Но все же особенно удался автору раздел, где он обобщает опыт своих многолетних наблюдений над окружающим философским сообществом: конференциями, механизмом рекрутирования и работой ученых советов, защитой диссертаций. Здесь он действительно в своей стихии, со вкусом описывает посиделки после защиты диссертации, конфигурации власти, считываемые в интеракциях во время конференций и фуршетов. Например, говоря о "дружеских чаепитиях" или "товарищеских посиделках" после защиты, он замечает: "и тут сложился порядок, табель о рангах: кому, в какой последовательности предоставляется произнесение тостов о подвигах соискателей и их оппонентов" (с. 163).

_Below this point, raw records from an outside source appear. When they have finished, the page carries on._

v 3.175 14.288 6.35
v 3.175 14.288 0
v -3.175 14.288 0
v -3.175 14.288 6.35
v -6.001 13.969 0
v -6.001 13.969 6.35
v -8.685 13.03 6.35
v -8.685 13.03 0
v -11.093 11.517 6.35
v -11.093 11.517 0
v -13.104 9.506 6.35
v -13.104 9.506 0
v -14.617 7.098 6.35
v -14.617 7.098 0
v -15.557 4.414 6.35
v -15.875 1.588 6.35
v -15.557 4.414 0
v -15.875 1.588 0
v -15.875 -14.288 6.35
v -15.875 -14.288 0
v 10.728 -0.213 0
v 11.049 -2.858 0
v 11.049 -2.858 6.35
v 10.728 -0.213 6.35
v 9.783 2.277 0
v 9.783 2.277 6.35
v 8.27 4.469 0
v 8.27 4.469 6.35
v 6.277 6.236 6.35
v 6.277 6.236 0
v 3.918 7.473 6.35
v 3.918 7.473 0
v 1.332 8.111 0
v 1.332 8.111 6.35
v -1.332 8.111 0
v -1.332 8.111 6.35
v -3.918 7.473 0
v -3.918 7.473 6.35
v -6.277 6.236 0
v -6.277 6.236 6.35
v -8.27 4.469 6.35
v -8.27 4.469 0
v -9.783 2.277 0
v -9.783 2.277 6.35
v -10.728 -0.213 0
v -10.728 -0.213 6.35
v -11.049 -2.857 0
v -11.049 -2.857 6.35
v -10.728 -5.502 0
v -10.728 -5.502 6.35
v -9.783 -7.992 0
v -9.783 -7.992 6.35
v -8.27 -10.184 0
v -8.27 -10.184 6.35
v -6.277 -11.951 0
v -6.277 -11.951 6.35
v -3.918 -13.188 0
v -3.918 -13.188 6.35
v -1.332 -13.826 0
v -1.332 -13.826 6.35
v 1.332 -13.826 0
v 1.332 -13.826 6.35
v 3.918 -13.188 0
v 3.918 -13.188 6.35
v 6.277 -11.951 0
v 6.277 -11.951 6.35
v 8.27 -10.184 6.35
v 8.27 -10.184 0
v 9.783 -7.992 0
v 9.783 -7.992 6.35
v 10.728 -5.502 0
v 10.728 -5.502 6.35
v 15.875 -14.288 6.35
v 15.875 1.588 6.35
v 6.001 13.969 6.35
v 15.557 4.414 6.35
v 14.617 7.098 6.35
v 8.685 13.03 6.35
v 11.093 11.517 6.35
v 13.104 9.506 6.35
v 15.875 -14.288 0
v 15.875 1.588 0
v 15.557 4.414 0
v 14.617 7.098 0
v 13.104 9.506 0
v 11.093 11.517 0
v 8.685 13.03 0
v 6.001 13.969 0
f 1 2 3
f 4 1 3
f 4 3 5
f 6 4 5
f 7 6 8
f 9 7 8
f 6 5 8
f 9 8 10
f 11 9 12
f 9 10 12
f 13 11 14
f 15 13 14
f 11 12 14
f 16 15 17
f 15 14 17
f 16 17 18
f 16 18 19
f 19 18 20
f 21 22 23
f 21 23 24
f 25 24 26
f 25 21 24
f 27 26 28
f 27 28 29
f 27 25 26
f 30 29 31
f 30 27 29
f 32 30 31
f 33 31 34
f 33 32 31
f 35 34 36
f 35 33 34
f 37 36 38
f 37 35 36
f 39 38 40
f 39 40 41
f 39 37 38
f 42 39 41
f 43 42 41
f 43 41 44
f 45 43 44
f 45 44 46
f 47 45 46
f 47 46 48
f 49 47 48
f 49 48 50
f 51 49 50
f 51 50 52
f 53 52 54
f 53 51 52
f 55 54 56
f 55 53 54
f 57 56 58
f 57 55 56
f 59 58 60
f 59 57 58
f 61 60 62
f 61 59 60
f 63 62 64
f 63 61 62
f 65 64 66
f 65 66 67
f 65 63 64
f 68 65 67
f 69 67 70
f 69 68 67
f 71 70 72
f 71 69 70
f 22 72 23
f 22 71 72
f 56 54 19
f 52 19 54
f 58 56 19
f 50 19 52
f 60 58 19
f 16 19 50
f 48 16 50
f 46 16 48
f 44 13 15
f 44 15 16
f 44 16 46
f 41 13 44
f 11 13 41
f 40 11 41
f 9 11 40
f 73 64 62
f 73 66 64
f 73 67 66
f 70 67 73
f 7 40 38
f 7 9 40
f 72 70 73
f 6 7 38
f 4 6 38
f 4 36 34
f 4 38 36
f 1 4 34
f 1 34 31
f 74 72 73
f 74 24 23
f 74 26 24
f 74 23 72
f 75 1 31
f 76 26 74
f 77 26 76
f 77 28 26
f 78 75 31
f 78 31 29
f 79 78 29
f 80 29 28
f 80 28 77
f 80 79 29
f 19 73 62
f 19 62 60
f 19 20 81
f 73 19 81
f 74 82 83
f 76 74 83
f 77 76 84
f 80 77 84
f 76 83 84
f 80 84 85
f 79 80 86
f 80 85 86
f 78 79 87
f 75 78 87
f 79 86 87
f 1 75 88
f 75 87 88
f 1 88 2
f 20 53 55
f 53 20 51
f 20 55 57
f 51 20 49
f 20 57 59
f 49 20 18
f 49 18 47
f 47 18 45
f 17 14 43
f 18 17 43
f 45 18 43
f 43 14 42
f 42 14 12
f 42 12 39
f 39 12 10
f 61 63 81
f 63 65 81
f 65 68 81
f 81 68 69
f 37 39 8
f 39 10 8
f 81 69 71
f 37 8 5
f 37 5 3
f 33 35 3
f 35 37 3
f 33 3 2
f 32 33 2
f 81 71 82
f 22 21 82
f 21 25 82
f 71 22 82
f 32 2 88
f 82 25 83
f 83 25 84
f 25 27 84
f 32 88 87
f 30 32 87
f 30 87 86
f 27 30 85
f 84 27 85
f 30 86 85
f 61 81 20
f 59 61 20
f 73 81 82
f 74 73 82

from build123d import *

# Parameters (mm, degrees)
SKETCH1_R           = 11.049
BOSS_EXTRUDE3_DEPTH = 6.35


with BuildPart() as part:
    # Sketch1 → Boss-Extrude3 (new body)
    with BuildSketch(Plane.XY):
        with BuildLine():
            Line((-15.875, -14.2875), (15.875, -14.2875))
            Line((15.875, -14.2875), (15.875, 1.5875))
            ThreePointArc((15.875, 1.5875), (12.155256121, 10.567756121), (3.175, 14.2875))
            Line((3.175, 14.2875), (-3.175, 14.2875))
            ThreePointArc((-3.175, 14.2875), (-12.155256121, 10.567756121), (-15.875, 1.5875))
            Line((-15.875, 1.5875), (-15.875, -14.2875))
        make_face()
        with Locations((0, -2.8575)):
            Circle(SKETCH1_R, mode=Mode.SUBTRACT)
    extrude(amount=BOSS_EXTRUDE3_DEPTH)


solid = part.part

И это прекрасно. Иначе как бы мы еще узнали, что "Перефразируя известное „посадить дерево, вырастить сына…“, для философа, по крайней мере в нашем сообществе, – это выпустить дельную книгу и открыть либо философский факультет, став его деканом, либо диссовет, став его председателем: в обоих случаях это есть своего рода сакральное действие основания нового „философского племени“" (с. 160, прим.). Вот такой вот реальный механизм интеллектуальной конкуренции – железно завязанный вовсе не на ресурсы какого-то там интеллектуального внимания, а на вполне определенные позиции в административной системе. С этого, возможно, и стоило бы начать социальный анализ российской философии, а также поиск причин, по которым она никак не может пересечь рубежей нашей родины. Эти страницы – настоящий отправной пункт для того, кто всерьез займется социальным анализом современной российской философии. Побольше бы именно таких страниц.